Simulation results of the conditional approach, predicting at ten-year interval: W₁ versus Ŵ₁ (top) and W₂ versus Ŵ₂ (bottom).

Table 2.

Simulation results of calibration: the ratio of the observed and expected number of events

			Marginalized			Conditional			Known frailty
	m	m1	CR	PNCR	NCR	CR	PNCR	NCR	CR	PNCR	NCR
event type r = 1 is singled out
Prediction at 10-year interval
Whole	23204	3312	0.988	0.798	0.876	0.990	0.852	0.949	0.968	0.834	0.966
Non-carriers	21164	3059	1.023	0.838	0.909	1.021	0.898	0.986	1.053	0.865	0.966
Carriers	2040	253	0.989	0.506	0.611	0.989	0.527	0.658	0.989	0.584	0.781
Prediction at 15-year interval
Whole	23204	4325	0.992	0.769	0.848	1.007	0.799	0.894	0.992	0.801	0.929
Non-carriers	21164	4024	0.994	0.810	0.884	1.004	0.845	0.934	0.993	0.834	0.953
Carriers	2040	301	0.968	0.457	0.549	1.056	0.461	0.573	0.986	0.521	0.689
event type r = 2 is singled out
Prediction at 10-year interval
Whole	23204	4147	1.002	0.873	0.932	1.006	0.882	0.945	0.988	0.884	0.973
Non-carriers	21164	3172	0.977	0.868	0.932	1.005	0.901	0.976	0.897	0.883	0.980
Carriers	2040	975	0.996	0.893	0.933	1.001	0.823	0.857	0.980	0.886	0.949
Prediction at 15-year interval
Whole	23204	5244	1.005	0.846	0.910	0.967	0.841	0.910	0.999	0.867	0.949
Non-carriers	21164	4128	1.012	0.839	0.911	0.992	0.853	0.933	1.007	0.792	0.956
Carriers	2040	1116	0.981	0.856	0.907	0.886	0.854	0.826	0.973	0.861	0.922

m - total number of counselees; m₁ - number of events;

CR - the competing risks based method; PNCR - ignoring competing risks only at prediction; NCR - ignoring competing risks at estimation and prediction.

5 Remarks

Disease prediction models are used to guide public health policy and patient care. A natural requirement for a prediction method in these application areas is that the predictions are well calibrated. We have shown that naive prediction procedures ignoring competing risks yield poorly-calibrated predictions, whereas our proposed methods yield well-calibrated predictions.

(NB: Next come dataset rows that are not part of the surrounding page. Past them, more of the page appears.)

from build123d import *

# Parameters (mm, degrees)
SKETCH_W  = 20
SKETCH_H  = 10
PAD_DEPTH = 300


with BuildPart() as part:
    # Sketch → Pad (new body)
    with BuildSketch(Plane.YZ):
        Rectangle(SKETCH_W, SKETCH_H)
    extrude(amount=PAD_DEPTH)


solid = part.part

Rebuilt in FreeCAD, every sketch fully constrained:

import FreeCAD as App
import Part
import Sketcher
Q = App.Units.Quantity


def add_polygon(sketch, points):
    """Adds a closed chain of lines whose ends are joined by coincident constraints."""
    first, n = sketch.GeometryCount, len(points)
    for a, b in zip(points, points[1:] + points[:1]):
        sketch.addGeometry(Part.LineSegment(App.Vector(*a, 0), App.Vector(*b, 0)), False)
    for i in range(n):
        sketch.addConstraint(Sketcher.Constraint("Coincident", first + i, 2, first + (i + 1) % n, 1))

doc = App.newDocument("Part")
body = doc.addObject("PartDesign::Body", "Body")

# Sketch on YZ plane
sketch1 = doc.addObject("Sketcher::SketchObject", "Sketch")
body.addObject(sketch1)
sketch1.AttachmentSupport = (doc.YZ_Plane, [""])
sketch1.MapMode = "FlatFace"
add_polygon(sketch1, [(-10, 5), (-10, -5), (10, -5), (10, 5)])  # lines 0-3
sketch1.addConstraint([
    Sketcher.Constraint("Vertical", 0),
    Sketcher.Constraint("Horizontal", 1),
    Sketcher.Constraint("Vertical", 2),
    Sketcher.Constraint("Horizontal", 3),
    Sketcher.Constraint("Symmetric", 0, 2, 2, 2, -1, 1),
    Sketcher.Constraint("DistanceX", 1, 1, 1, 2, Q("20 mm")),
    Sketcher.Constraint("DistanceY", 0, 2, 0, 1, Q("10 mm")),
])
pad1 = doc.addObject("PartDesign::Pad", "Pad")
body.addObject(pad1)
pad1.Profile = sketch1
pad1.Length = 300

doc.recompute()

The classification and calibration performances of the competing risks marginalized and conditional methods are usually comparable. The MSEP of the marginalized approach is always smaller. The Pearson correlation between the risk predicted by the marginalized and the conditional methods is above 0.98. However, the conditional approach does not require any integration, which is a major advantage in handling a large number of competing risks or, more importantly, in extending the proposed methods to accommodate a flexible dependence structure among family members.

We presented a simple resampling-based confidence interval construction procedure. In the case of parametric baseline hazards λ_0gr, g = 0,1, r = 1,…,L, the proposed approach can be replaced by the delta method with numerical derivatives.

In some situations, for example, when the high-risk allele frequency is very low (e.g. 0.01), the predicted value of the frailty variate, W, tends to be substantially attenuated toward zero. Hence, in these cases, the competing risks conditional method based on (6) may underestimate the total number of events in the population. When this is a concern, Gorfine et al.’s (2013) technique of calibrating the risk prediction by considering Ŵ as a risk index can be easily adopted to correct the underestimation.

Appendix

Define the counting processes $\{N_{ij}^{(r)}(t),t\ge 0\}$ as $N_{ij}^{(r)}(t)={\delta }_{ij}I(T_{ij}\le t)I(J_{ij}=r)$, r = 1,…,L, and let Y_ij(t) = I(T_ij ≥ t) be the at-risk process of subject ij. In the setting with non-parametric baseline hazard functions depending on the carrier status g, the cumulative hazard for event type r under carrier status g is estimated by

$${\widehat{\mathrm{\Lambda }}}_{0gr}(t)={\int }_0^t\frac{{\sum }_{i=1}^N{\sum }_{i=1}^{n_i}I(G_{ij}=g)d{N}_{ij}^{(r)}(u)}{{\sum }_{i=1}^N{\sum }_{j=1}^{n_i}I(G_{ij}=g)Y_{ij}(u)\text{exp}\{{\widehat{\mathit{\beta }}}_r^T{\mathbf{Z}}_{ij}\}{\widehat{\mu }}_{ir}},$$

where μ̂_ir equals the posterior expectation of exp{W_ir} given the observed data and the current parameter values.